Dataset content
# # # # #

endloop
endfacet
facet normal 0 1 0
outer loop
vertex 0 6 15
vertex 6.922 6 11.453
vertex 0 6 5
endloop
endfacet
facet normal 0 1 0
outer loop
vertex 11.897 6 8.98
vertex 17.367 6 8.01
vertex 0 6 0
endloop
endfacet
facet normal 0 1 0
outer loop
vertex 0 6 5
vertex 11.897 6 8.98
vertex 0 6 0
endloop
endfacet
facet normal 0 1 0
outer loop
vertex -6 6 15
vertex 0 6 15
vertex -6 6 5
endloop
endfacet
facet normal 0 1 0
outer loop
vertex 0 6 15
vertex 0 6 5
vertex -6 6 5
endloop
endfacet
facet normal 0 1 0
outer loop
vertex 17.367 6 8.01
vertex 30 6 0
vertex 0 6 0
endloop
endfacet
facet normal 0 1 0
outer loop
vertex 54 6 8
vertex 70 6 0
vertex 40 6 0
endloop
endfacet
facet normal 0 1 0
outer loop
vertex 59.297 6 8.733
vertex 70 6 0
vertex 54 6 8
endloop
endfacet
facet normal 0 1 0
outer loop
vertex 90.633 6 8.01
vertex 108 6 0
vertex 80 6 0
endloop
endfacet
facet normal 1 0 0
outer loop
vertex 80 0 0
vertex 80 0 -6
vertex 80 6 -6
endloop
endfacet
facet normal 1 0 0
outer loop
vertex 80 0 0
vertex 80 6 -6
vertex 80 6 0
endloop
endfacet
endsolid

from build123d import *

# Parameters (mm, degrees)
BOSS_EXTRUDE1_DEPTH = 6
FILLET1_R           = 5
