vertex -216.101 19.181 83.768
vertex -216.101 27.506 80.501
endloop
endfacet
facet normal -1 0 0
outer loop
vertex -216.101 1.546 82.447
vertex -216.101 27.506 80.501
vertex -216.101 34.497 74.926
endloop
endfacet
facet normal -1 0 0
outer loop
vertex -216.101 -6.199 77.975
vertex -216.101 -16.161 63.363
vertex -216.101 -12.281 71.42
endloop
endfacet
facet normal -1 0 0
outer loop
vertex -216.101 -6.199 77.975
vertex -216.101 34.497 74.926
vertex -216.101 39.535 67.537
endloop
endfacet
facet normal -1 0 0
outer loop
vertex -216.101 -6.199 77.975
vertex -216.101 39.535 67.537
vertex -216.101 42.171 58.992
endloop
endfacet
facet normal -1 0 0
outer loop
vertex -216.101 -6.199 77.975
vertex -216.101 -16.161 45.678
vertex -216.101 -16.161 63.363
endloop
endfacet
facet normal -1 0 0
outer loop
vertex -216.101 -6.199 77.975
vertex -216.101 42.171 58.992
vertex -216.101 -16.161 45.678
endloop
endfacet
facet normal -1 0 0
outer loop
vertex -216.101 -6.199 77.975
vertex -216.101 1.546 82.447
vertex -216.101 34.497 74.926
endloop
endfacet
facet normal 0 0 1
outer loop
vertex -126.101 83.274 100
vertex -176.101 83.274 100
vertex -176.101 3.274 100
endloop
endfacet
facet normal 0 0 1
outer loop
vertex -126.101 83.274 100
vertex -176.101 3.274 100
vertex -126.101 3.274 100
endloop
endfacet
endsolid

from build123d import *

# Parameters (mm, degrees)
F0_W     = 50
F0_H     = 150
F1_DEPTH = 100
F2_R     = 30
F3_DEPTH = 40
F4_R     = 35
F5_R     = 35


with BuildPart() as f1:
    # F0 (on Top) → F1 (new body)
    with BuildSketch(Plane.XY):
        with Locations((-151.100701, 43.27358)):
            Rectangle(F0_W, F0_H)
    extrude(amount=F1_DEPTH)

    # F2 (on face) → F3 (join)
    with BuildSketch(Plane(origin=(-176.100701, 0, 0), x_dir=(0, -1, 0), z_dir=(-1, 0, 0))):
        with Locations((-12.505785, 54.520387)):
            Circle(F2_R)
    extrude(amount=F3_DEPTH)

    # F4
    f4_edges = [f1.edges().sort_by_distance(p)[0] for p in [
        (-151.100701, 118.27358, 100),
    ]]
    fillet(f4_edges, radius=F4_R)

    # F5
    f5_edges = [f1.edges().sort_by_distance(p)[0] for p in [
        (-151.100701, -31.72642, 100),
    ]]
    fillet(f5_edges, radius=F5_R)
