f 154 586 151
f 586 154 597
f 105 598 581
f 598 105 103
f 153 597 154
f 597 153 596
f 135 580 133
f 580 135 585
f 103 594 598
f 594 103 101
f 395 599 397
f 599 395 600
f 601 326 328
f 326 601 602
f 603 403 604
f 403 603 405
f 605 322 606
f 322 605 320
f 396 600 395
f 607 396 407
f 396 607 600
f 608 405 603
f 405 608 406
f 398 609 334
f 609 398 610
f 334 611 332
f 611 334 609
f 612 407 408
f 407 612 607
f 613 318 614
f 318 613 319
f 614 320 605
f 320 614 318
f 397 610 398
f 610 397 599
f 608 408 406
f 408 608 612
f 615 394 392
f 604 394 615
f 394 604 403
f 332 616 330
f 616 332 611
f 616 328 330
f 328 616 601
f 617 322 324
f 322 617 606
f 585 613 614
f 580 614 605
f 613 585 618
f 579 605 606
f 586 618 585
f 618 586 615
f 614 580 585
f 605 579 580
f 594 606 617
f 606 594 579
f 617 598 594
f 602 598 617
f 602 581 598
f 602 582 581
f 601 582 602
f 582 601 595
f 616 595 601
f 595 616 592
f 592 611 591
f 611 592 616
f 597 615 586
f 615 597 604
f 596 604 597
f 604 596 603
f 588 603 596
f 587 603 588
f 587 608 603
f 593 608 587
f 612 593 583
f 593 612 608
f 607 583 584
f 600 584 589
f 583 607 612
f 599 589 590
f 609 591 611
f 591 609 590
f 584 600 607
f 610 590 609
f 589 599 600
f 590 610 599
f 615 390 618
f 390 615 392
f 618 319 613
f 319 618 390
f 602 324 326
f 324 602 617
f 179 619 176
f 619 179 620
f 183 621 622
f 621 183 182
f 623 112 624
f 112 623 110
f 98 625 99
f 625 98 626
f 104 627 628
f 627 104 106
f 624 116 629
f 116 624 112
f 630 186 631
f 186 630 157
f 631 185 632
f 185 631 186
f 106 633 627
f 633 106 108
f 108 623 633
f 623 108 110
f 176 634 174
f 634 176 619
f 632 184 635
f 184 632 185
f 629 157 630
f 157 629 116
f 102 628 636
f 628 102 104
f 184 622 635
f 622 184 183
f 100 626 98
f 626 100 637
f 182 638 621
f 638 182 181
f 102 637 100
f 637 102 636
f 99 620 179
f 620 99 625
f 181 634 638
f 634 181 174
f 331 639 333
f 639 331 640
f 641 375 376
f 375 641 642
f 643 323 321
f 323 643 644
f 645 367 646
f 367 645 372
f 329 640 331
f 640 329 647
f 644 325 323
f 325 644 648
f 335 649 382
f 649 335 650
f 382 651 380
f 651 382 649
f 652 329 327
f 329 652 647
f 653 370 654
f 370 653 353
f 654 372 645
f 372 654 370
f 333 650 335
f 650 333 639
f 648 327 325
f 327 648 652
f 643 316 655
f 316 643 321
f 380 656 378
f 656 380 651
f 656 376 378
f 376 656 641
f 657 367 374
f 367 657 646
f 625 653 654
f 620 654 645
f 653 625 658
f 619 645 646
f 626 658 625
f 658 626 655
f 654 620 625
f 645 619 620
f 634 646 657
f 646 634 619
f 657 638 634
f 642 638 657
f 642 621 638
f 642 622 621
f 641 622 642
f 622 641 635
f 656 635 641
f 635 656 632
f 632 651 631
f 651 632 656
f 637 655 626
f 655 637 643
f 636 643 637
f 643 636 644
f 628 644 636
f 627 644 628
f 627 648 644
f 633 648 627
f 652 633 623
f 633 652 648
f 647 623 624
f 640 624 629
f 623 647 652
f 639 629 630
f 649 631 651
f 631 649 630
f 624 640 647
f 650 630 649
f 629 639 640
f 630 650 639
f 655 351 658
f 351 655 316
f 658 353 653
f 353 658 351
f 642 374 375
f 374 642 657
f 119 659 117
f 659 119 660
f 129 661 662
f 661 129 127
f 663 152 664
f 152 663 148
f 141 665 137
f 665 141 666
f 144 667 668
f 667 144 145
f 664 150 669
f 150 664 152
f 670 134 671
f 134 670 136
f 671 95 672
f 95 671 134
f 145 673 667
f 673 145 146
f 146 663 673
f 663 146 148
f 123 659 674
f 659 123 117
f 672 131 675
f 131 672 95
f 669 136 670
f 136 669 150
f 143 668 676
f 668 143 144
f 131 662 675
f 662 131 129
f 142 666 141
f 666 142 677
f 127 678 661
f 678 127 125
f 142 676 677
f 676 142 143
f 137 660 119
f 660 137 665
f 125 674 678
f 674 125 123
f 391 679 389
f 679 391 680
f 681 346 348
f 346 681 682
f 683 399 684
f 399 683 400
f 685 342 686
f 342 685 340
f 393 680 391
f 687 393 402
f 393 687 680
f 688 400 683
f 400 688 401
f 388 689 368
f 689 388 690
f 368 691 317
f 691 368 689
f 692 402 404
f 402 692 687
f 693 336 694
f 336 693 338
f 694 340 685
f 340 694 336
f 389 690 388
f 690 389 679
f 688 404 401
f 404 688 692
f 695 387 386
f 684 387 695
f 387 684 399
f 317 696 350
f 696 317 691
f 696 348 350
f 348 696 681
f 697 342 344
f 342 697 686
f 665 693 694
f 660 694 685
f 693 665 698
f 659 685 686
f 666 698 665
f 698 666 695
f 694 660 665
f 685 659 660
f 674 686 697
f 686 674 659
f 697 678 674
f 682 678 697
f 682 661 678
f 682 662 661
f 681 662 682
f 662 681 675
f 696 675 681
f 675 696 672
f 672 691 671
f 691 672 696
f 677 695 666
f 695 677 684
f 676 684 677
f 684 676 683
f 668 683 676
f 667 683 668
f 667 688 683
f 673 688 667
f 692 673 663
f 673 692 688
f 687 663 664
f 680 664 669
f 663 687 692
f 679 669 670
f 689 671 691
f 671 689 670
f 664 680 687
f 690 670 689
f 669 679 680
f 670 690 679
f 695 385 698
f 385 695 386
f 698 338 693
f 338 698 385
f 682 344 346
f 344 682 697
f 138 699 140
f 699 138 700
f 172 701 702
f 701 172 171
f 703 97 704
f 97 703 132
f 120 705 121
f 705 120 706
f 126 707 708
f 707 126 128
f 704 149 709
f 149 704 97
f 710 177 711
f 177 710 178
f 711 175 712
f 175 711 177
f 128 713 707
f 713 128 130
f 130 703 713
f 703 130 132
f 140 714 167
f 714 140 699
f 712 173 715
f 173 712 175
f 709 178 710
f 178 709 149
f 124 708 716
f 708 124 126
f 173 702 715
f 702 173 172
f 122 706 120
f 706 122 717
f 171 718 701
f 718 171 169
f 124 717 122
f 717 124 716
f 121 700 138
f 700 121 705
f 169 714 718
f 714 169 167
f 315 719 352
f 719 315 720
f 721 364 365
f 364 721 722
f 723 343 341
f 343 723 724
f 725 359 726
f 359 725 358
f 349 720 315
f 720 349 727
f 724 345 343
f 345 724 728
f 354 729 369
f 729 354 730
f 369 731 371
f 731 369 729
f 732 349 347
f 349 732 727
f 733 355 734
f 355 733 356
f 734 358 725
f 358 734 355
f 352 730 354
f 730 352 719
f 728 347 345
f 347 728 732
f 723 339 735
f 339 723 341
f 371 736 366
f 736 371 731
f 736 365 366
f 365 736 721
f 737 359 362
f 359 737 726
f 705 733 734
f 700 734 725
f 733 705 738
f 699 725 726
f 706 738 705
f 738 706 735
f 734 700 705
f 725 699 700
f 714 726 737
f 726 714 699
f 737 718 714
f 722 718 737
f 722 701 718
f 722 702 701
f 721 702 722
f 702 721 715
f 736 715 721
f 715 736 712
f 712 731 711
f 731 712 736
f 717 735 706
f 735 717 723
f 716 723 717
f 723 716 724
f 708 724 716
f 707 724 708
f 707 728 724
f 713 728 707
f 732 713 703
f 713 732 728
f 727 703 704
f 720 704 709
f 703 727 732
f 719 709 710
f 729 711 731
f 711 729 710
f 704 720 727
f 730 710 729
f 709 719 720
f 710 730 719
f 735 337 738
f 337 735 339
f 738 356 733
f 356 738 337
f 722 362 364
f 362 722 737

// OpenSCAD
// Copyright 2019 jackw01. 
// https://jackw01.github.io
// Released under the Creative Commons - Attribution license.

# # # # #

Directions
Each line in the entries above, starting at the line with "f 127 678 661" and ending at the line with "f 697 678 674", is to be printed exactly, and only those lines.

Response
f 127 678 661
f 678 127 125
f 142 676 677
f 676 142 143
f 137 660 119
f 660 137 665
f 125 674 678
f 674 125 123
f 391 679 389
f 679 391 680
f 681 346 348
f 346 681 682
f 683 399 684
f 399 683 400
f 685 342 686
f 342 685 340
f 393 680 391
f 687 393 402
f 393 687 680
f 688 400 683
f 400 688 401
f 388 689 368
f 689 388 690
f 368 691 317
f 691 368 689
f 692 402 404
f 402 692 687
f 693 336 694
f 336 693 338
f 694 340 685
f 340 694 336
f 389 690 388
f 690 389 679
f 688 404 401
f 404 688 692
f 695 387 386
f 684 387 695
f 387 684 399
f 317 696 350
f 696 317 691
f 696 348 350
f 348 696 681
f 697 342 344
f 342 697 686
f 665 693 694
f 660 694 685
f 693 665 698
f 659 685 686
f 666 698 665
f 698 666 695
f 694 660 665
f 685 659 660
f 674 686 697
f 686 674 659
f 697 678 674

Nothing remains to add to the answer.